MI-Plus: Web-enhanced Guideline Implementation for Post MI CBOC Patients

Clinical Trial Details — Status: Completed

Administrative data

• NCT number: NCT00126750
• Other study ID #: SDR 03-090
• Status: Completed
• Phase: N/A
• First received: August 2, 2005
• Last updated: June 24, 2015
• Start date: September 2003
• Est. completion date: June 2010

Study information

• Verified date: June 2015
• Source: VA Office of Research and Development
• Contact: n/a
• Is FDA regulated: No
• Health authority: United States: Federal Government
• Study type: Interventional

Clinical Trial Summary

To assist busy primary care clinicians in VA Community Based Outpatient Clinics (CBOCs) in managing complex patients by providing a single, interactive, and personalized source of information regarding applicable guidelines for post-MI patients. Specifically, 1) the investigators will identify barriers to provider adherence to guidelines within VHA clinics; 2) Apply guideline-based performance measures to electronic medical records (CPRS) and associated administrative data; 3) Implement the interactive Internet intervention developed by the NHLBI study, after inclusion of VA-specific components, including performance feedback for CBOC clinicians; and 4) Test hypotheses on the intervention's effectiveness, sustainability, and cost-effectiveness in both the VA and Medicare populations. This will include a randomized controlled trial with the CBOC as a unit of randomization.

Description:

Some 7.1 million Americans and an estimated 250,000 Veterans actively using VHA are Myocardial Infarction (MI) survivors. To date, most guideline interventions focus on a single patient condition, but ambulatory post-MI patients are frequently more complex, multiple comorbidities, and conflicting guidelines applicable to them. For example, whereas JNC-6 guidelines for the treatment of hypertension suggest pharmacological treatment at blood pressures above 140/80 mm Hg, to be initiated with diuretics or beta-blockers as first line agents, other guidance suggests that for post-MI patients with diabetes, treatment cut-offs should be lower and ACE-inhibitors may be considered as optimal first-line agents. On October 1, 2002, the University of Alabama at Birmingham (UAB) began a study funded by the National Heart, Lung, and Blood institute (NHLBI) as an RO1 (Kiefe, PI (25%), Weissman, co-PI (20%)) to conduct a randomized trial, MI-plus to increase provider adherence to guidelines for post-MI patients.

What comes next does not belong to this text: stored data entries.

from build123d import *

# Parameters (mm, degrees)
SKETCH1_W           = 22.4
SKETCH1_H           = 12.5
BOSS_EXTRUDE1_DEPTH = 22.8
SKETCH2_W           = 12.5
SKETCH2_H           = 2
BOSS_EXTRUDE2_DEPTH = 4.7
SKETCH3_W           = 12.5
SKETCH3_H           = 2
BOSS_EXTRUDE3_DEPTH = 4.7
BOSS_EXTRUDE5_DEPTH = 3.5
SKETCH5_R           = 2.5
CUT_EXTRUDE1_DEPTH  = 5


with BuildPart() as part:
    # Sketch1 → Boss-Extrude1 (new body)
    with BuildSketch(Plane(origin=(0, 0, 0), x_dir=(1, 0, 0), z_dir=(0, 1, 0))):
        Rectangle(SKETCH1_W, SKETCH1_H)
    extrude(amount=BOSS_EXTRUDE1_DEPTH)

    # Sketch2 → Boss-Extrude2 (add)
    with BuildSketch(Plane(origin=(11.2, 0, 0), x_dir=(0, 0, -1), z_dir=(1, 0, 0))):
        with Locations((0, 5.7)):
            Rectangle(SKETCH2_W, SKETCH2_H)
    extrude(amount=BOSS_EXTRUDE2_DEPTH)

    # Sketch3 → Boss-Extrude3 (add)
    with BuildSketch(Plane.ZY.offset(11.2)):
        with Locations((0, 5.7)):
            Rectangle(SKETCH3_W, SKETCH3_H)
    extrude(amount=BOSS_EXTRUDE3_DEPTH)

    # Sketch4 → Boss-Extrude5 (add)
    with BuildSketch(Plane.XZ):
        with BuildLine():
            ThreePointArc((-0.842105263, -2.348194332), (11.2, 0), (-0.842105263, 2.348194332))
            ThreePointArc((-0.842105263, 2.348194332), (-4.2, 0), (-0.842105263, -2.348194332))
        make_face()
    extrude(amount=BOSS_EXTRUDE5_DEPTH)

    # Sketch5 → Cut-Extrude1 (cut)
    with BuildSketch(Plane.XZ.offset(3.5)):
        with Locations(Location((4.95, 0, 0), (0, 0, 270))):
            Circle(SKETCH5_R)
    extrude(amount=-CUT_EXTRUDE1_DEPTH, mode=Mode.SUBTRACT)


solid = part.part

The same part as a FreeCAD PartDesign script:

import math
import FreeCAD as App
import Part
import Sketcher

V = App.Vector
Q = App.Units.Quantity


def add_polygon(sketch, points):
    """Adds a closed chain of lines whose ends are joined by coincident constraints."""
    first, n = sketch.GeometryCount, len(points)
    for a, b in zip(points, points[1:] + points[:1]):
        sketch.addGeometry(Part.LineSegment(App.Vector(*a, 0), App.Vector(*b, 0)), False)
    for i in range(n):
        sketch.addConstraint(Sketcher.Constraint("Coincident", first + i, 2, first + (i + 1) % n, 1))

doc = App.newDocument("Part")
body = doc.addObject("PartDesign::Body", "Body")

# Sketch on XZ plane
sketch1 = doc.addObject("Sketcher::SketchObject", "Sketch")
body.addObject(sketch1)
sketch1.AttachmentSupport = (doc.XZ_Plane, [""])
sketch1.MapMode = "FlatFace"
add_polygon(sketch1, [(-11, -6), (-11, 6), (11, 6), (11, -6)])  # lines 0-3
sketch1.addConstraint([
    Sketcher.Constraint("Vertical", 0),
    Sketcher.Constraint("Horizontal", 1),
    Sketcher.Constraint("Vertical", 2),
    Sketcher.Constraint("Horizontal", 3),
    Sketcher.Constraint("Symmetric", 0, 2, 2, 2, -1, 1),
    Sketcher.Constraint("DistanceX", 1, 1, 1, 2, Q("22.4 mm")),
    Sketcher.Constraint("DistanceY", 0, 1, 0, 2, Q("12.5 mm")),
])
pad1 = doc.addObject("PartDesign::Pad", "Pad")
body.addObject(pad1)
pad1.Profile = sketch1
pad1.Length = 22.8
pad1.Reversed = True

# Sketch on YZ plane
sketch2 = doc.addObject("Sketcher::SketchObject", "Sketch001")
body.addObject(sketch2)
sketch2.AttachmentSupport = (doc.YZ_Plane, [""])
sketch2.MapMode = "FlatFace"
sketch2.AttachmentOffset = App.Placement(V(0, 0, 11.2), App.Rotation())
add_polygon(sketch2, [(6.7, 6.2), (4.7, 6.2), (4.7, -6.2), (6.7, -6.2)])  # lines 0-3
sketch2.addConstraint([
    Sketcher.Constraint("Horizontal", 0),
    Sketcher.Constraint("Vertical", 1),
    Sketcher.Constraint("Horizontal", 2),
    Sketcher.Constraint("Vertical", 3),
    Sketcher.Constraint("DistanceX", 0, 2, 0, 1, Q("2 mm")),
    Sketcher.Constraint("DistanceY", 1, 2, 1, 1, Q("12.5 mm")),
    Sketcher.Constraint("DistanceX", -1, 1, 0, 2, Q("4.7 mm")),
    Sketcher.Constraint("DistanceY", -1, 1, 0, 2, Q("6.25 mm")),
])
pad2 = doc.addObject("PartDesign::Pad", "Pad001")
body.addObject(pad2)
pad2.Profile = sketch2
pad2.Length = 4.7

# Sketch on YZ plane
sketch3 = doc.addObject("Sketcher::SketchObject", "Sketch002")
body.addObject(sketch3)
sketch3.AttachmentSupport = (doc.YZ_Plane, [""])
sketch3.MapMode = "FlatFace"
sketch3.AttachmentOffset = App.Placement(V(0, 0, -11.2), App.Rotation())
add_polygon(sketch3, [(6.7, -6.2), (4.7, -6.2), (4.7, 6.2), (6.7, 6.2)])  # lines 0-3
sketch3.addConstraint([
    Sketcher.Constraint("Horizontal", 0),
    Sketcher.Constraint("Vertical", 1),
    Sketcher.Constraint("Horizontal", 2),
    Sketcher.Constraint("Vertical", 3),
    Sketcher.Constraint("DistanceX", 0, 2, 0, 1, Q("2 mm")),
    Sketcher.Constraint("DistanceY", 1, 1, 1, 2, Q("12.5 mm")),
    Sketcher.Constraint("DistanceX", -1, 1, 0, 2, Q("4.7 mm")),
    Sketcher.Constraint("DistanceY", 0, 2, -1, 1, Q("6.25 mm")),
])
pad3 = doc.addObject("PartDesign::Pad", "Pad002")
body.addObject(pad3)
pad3.Profile = sketch3
pad3.Length = 4.7
pad3.Reversed = True

# Sketch on XZ plane
sketch4 = doc.addObject("Sketcher::SketchObject", "Sketch003")
body.addObject(sketch4)
sketch4.AttachmentSupport = (doc.XZ_Plane, [""])
sketch4.MapMode = "FlatFace"
sketch4.addGeometry([
    Part.ArcOfCircle(Part.Circle(V(5, 0, 0), V(0, 0, 1), 6.2), math.radians(-158), math.radians(158)),
    Part.ArcOfCircle(Part.Circle(V(-1.7, 0, 0), V(0, 0, 1), 2.5), math.radians(70), math.radians(290)),
], False)
sketch4.addConstraint([
    Sketcher.Constraint("Coincident", 0, 1, 1, 2),
    Sketcher.Constraint("Coincident", 1, 1, 0, 2),
    Sketcher.Constraint("Symmetric", 0, 1, 1, 1, -1),
    Sketcher.Constraint("Radius", 1, Q("2.5 mm")),
    Sketcher.Constraint("Radius", 0, Q("6.25 mm")),
    Sketcher.Constraint("DistanceX", 1, 3, -1, 1, Q("1.7 mm")),
    Sketcher.Constraint("DistanceX", -1, 1, 0, 3, Q("4.95 mm")),
])
pad4 = doc.addObject("PartDesign::Pad", "Pad003")
body.addObject(pad4)
pad4.Profile = sketch4
pad4.Length = 3.5

# Sketch on XZ plane
sketch5 = doc.addObject("Sketcher::SketchObject", "Sketch004")
body.addObject(sketch5)
sketch5.AttachmentSupport = (doc.XZ_Plane, [""])
sketch5.MapMode = "FlatFace"
sketch5.AttachmentOffset = App.Placement(V(0, 0, 3.5), App.Rotation())
sketch5.addGeometry(Part.Circle(V(5, 0, 0), V(0, 0, 1), 2.5), False)
sketch5.addConstraint([
    Sketcher.Constraint("PointOnObject", 0, 3, -1),
    Sketcher.Constraint("Diameter", 0, Q("5 mm")),
    Sketcher.Constraint("DistanceX", -1, 1, 0, 3, Q("4.95 mm")),
])
pocket1 = doc.addObject("PartDesign::Pocket", "Pocket")
body.addObject(pocket1)
pocket1.Profile = sketch5
pocket1.Length = 5

doc.recompute()
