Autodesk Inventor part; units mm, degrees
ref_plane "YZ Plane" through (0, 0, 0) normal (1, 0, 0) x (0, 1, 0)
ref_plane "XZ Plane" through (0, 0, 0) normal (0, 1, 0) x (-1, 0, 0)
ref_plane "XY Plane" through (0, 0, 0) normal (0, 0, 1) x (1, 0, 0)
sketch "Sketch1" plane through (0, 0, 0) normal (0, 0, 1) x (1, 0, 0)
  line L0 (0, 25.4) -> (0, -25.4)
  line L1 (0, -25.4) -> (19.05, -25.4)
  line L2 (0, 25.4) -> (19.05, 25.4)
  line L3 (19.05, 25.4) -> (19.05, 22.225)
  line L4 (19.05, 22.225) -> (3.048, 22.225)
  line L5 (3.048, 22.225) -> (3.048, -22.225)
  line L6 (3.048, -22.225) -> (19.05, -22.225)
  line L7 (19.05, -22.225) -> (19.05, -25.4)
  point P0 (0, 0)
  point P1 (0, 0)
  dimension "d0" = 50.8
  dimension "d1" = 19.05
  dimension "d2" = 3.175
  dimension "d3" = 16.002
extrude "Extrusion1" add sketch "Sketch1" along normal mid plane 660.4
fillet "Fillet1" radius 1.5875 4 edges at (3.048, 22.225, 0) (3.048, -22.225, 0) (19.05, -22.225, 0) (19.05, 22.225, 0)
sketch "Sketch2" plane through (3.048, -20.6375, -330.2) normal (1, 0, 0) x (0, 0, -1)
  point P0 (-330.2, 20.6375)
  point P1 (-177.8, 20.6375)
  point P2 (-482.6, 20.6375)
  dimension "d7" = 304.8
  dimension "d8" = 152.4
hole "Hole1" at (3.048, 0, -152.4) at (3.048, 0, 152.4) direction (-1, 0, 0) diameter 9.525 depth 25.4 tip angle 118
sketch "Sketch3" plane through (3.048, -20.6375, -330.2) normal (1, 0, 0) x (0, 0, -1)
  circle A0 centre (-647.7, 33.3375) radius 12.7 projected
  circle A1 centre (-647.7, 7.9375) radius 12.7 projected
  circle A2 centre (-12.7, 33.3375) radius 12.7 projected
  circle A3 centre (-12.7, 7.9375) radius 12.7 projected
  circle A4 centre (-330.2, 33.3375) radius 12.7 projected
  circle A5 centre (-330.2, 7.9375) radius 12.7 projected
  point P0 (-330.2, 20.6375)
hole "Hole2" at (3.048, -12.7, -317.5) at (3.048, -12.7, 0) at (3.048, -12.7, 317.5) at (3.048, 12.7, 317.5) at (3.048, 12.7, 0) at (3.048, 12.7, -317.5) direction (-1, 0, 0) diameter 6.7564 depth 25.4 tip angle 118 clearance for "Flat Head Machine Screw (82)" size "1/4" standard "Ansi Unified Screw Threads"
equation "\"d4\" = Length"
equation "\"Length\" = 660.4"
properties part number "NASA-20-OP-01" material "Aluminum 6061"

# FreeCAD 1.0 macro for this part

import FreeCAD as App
import Part
import Sketcher

V = App.Vector
Q = App.Units.Quantity


def edges_at(feature, points):
    """Names of the edges that pass closest to the given points."""
    edges = feature.Shape.Edges
    near = lambda p: min(range(len(edges)), key=lambda i: edges[i].distToShape(Part.Vertex(*p))[0])
    return sorted({f"Edge{near(p) + 1}" for p in points})

doc = App.newDocument("Part")
params = doc.addObject("Spreadsheet::Sheet", "Params")
for row, (alias, value) in enumerate([
    ("sketch1_height", "2 in"),
    ("sketch1_width", "0.75 in"),
    ("sketch1_width2", "0.63 in"),
    ("sketch1_height2", "0.125 in"),
    ("pad1_length", "26 in"),
    ("fillet_radius", "0.0625 in"),
    ("sketch2_diameter", "0.375 in"),
    ("hole_diameter", "0.375 in"),
    ("hole_depth", "1 in"),
    ("sketch3_diameter", "0.266 in"),
    ("hole2_diameter", "0.266 in"),
    ("hole2_depth", "1 in"),
], start=1):
    params.set(f"A{row}", alias)
    params.set(f"B{row}", "=" + value)
    params.setAlias(f"B{row}", alias)

body = doc.addObject("PartDesign::Body", "Body")

# Sketch on XY plane
sketch1 = doc.addObject("Sketcher::SketchObject", "Sketch")
body.addObject(sketch1)
sketch1.AttachmentSupport = (doc.XY_Plane, [""])
sketch1.MapMode = "FlatFace"
sketch1.addGeometry(Part.LineSegment(V(19.1, 25.4, 0), V(0, 25.4, 0)), False)
sketch1.addGeometry(Part.LineSegment(V(0, 25.4, 0), V(0, -25.4, 0)), False)
sketch1.addGeometry(Part.LineSegment(V(0, -25.4, 0), V(19.1, -25.4, 0)), False)
sketch1.addGeometry(Part.LineSegment(V(19.1, -25.4, 0), V(19.1, -22.2, 0)), False)
sketch1.addGeometry(Part.LineSegment(V(19.1, -22.2, 0), V(3, -22.2, 0)), False)
sketch1.addGeometry(Part.LineSegment(V(3, -22.2, 0), V(3, 22.2, 0)), False)
sketch1.addGeometry(Part.LineSegment(V(3, 22.2, 0), V(19.1, 22.2, 0)), False)
sketch1.addGeometry(Part.LineSegment(V(19.1, 22.2, 0), V(19.1, 25.4, 0)), False)
sketch1.addConstraint(Sketcher.Constraint("Coincident", 0, 2, 1, 1))
sketch1.addConstraint(Sketcher.Constraint("Coincident", 1, 2, 2, 1))
sketch1.addConstraint(Sketcher.Constraint("Coincident", 2, 2, 3, 1))
sketch1.addConstraint(Sketcher.Constraint("Coincident", 3, 2, 4, 1))
sketch1.addConstraint(Sketcher.Constraint("Coincident", 4, 2, 5, 1))
sketch1.addConstraint(Sketcher.Constraint("Coincident", 5, 2, 6, 1))
sketch1.addConstraint(Sketcher.Constraint("Coincident", 6, 2, 7, 1))
sketch1.addConstraint(Sketcher.Constraint("Coincident", 7, 2, 0, 1))
sketch1.addConstraint(Sketcher.Constraint("Horizontal", 0))
sketch1.addConstraint(Sketcher.Constraint("Vertical", 1))
sketch1.addConstraint(Sketcher.Constraint("Horizontal", 2))
sketch1.addConstraint(Sketcher.Constraint("Vertical", 3))
sketch1.addConstraint(Sketcher.Constraint("Horizontal", 4))
sketch1.addConstraint(Sketcher.Constraint("Vertical", 5))
sketch1.addConstraint(Sketcher.Constraint("Horizontal", 6))
sketch1.addConstraint(Sketcher.Constraint("Vertical", 7))
sketch1.addConstraint(Sketcher.Constraint("Symmetric", 0, 2, 1, 2, -1, 1))
sketch1.addConstraint(Sketcher.Constraint("Symmetric", 3, 2, 6, 2, -1))
sketch1.addConstraint(Sketcher.Constraint("DistanceY", 1, 2, 1, 1, Q("2 in")))
sketch1.addConstraint(Sketcher.Constraint("DistanceX", 0, 2, 0, 1, Q("0.75 in")))
sketch1.addConstraint(Sketcher.Constraint("DistanceX", 4, 2, 4, 1, Q("0.63 in")))
sketch1.addConstraint(Sketcher.Constraint("DistanceY", 3, 1, 3, 2, Q("0.125 in")))
sketch1.setExpression("Constraints[18]", "Params.sketch1_height")
sketch1.setExpression("Constraints[19]", "Params.sketch1_width")
sketch1.setExpression("Constraints[20]", "Params.sketch1_width2")
sketch1.setExpression("Constraints[21]", "Params.sketch1_height2")
pad1 = doc.addObject("PartDesign::Pad", "Pad")
body.addObject(pad1)
pad1.Profile = sketch1
pad1.setExpression("Length", "Params.pad1_length")
pad1.Midplane = True
doc.recompute()

fillet = doc.addObject("PartDesign::Fillet", "Fillet")
body.addObject(fillet)
fillet.Base = (pad1, edges_at(pad1, [
    (3.048, 22.225, 0),
    (3.048, -22.225, 0),
    (19.05, -22.225, 0),
    (19.05, 22.225, 0),
]))
fillet.setExpression("Radius", "Params.fillet_radius")

# Sketch on YZ plane
sketch2 = doc.addObject("Sketcher::SketchObject", "Sketch001")
body.addObject(sketch2)
sketch2.AttachmentSupport = (doc.YZ_Plane, [""])
sketch2.MapMode = "FlatFace"
sketch2.AttachmentOffset = App.Placement(V(0, 0, 0.12 * 25.4), App.Rotation())
sketch2.addGeometry(Part.Circle(V(0, -152.4, 0), V(0, 0, 1), 4.8), False)
sketch2.addGeometry(Part.Circle(V(0, 152.4, 0), V(0, 0, 1), 4.8), False)
sketch2.addConstraint(Sketcher.Constraint("Equal", 0, 1))
sketch2.addConstraint(Sketcher.Constraint("Symmetric", 0, 3, 1, 3, -1, 1))
sketch2.addConstraint(Sketcher.Constraint("PointOnObject", 0, 3, -2))
sketch2.addConstraint(Sketcher.Constraint("Diameter", 0, Q("0.375 in")))
sketch2.addConstraint(Sketcher.Constraint("DistanceY", 0, 3, -1, 1, Q("6 in")))
sketch2.setExpression("Constraints[3]", "Params.sketch2_diameter")
doc.recompute()
hole = doc.addObject("PartDesign::Hole", "Hole")
body.addObject(hole)
hole.Profile = sketch2
hole.ThreadType = "None"
hole.setExpression("Diameter", "Params.hole_diameter")
hole.DepthType = "Dimension"
hole.setExpression("Depth", "Params.hole_depth")
hole.DrillPoint = "Angled"
hole.DrillPointAngle = 118

# Sketch on YZ plane
sketch3 = doc.addObject("Sketcher::SketchObject", "Sketch002")
body.addObject(sketch3)
sketch3.AttachmentSupport = (doc.YZ_Plane, [""])
sketch3.MapMode = "FlatFace"
sketch3.AttachmentOffset = App.Placement(V(0, 0, 0.12 * 25.4), App.Rotation())
sketch3.addGeometry(Part.Circle(V(-12.7, -317.5, 0), V(0, 0, 1), 3.4), False)
sketch3.addGeometry(Part.Circle(V(-12.7, 0, 0), V(0, 0, 1), 3.4), False)
sketch3.addGeometry(Part.Circle(V(-12.7, 317.5, 0), V(0, 0, 1), 3.4), False)
sketch3.addGeometry(Part.Circle(V(12.7, 317.5, 0), V(0, 0, 1), 3.4), False)
sketch3.addGeometry(Part.Circle(V(12.7, 0, 0), V(0, 0, 1), 3.4), False)
sketch3.addGeometry(Part.Circle(V(12.7, -317.5, 0), V(0, 0, 1), 3.4), False)
sketch3.addConstraint(Sketcher.Constraint("Equal", 0, 1))
sketch3.addConstraint(Sketcher.Constraint("Equal", 1, 2))
sketch3.addConstraint(Sketcher.Constraint("Equal", 2, 3))
sketch3.addConstraint(Sketcher.Constraint("Equal", 3, 4))
sketch3.addConstraint(Sketcher.Constraint("Equal", 4, 5))
sketch3.addConstraint(Sketcher.Constraint("Symmetric", 0, 3, 3, 3, -1, 1))
sketch3.addConstraint(Sketcher.Constraint("Symmetric", 1, 3, 4, 3, -1, 1))
sketch3.addConstraint(Sketcher.Constraint("Symmetric", 2, 3, 5, 3, -1, 1))
sketch3.addConstraint(Sketcher.Constraint("Symmetric", 2, 3, 3, 3, -2))
sketch3.addConstraint(Sketcher.Constraint("PointOnObject", 1, 3, -1))
sketch3.addConstraint(Sketcher.Constraint("Vertical", 0, 3, 1, 3))
sketch3.addConstraint(Sketcher.Constraint("Diameter", 0, Q("0.266 in")))
sketch3.addConstraint(Sketcher.Constraint("DistanceY", 0, 3, 2, 3, Q("25 in")))
sketch3.addConstraint(Sketcher.Constraint("DistanceX", 2, 3, 3, 3, Q("1 in")))
sketch3.setExpression("Constraints[11]", "Params.sketch3_diameter")
doc.recompute()
hole2 = doc.addObject("PartDesign::Hole", "Hole001")
body.addObject(hole2)
hole2.Profile = sketch3
hole2.ThreadType = "None"
hole2.setExpression("Diameter", "Params.hole2_diameter")
hole2.DepthType = "Dimension"
hole2.setExpression("Depth", "Params.hole2_depth")
hole2.DrillPoint = "Angled"
hole2.DrillPointAngle = 118

doc.recompute()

That NHLBI-funded study targets Medicare beneficiaries and their primary care providers in Alabama. Its primary goal is to develop and test with a randomized controlled trial, an Internet-based multimodal guideline implementation strategy. The investigators propose, herewith, to extend and adapt this study to a nationwide sample of VA post-MI patients and their primary care providers in the VA.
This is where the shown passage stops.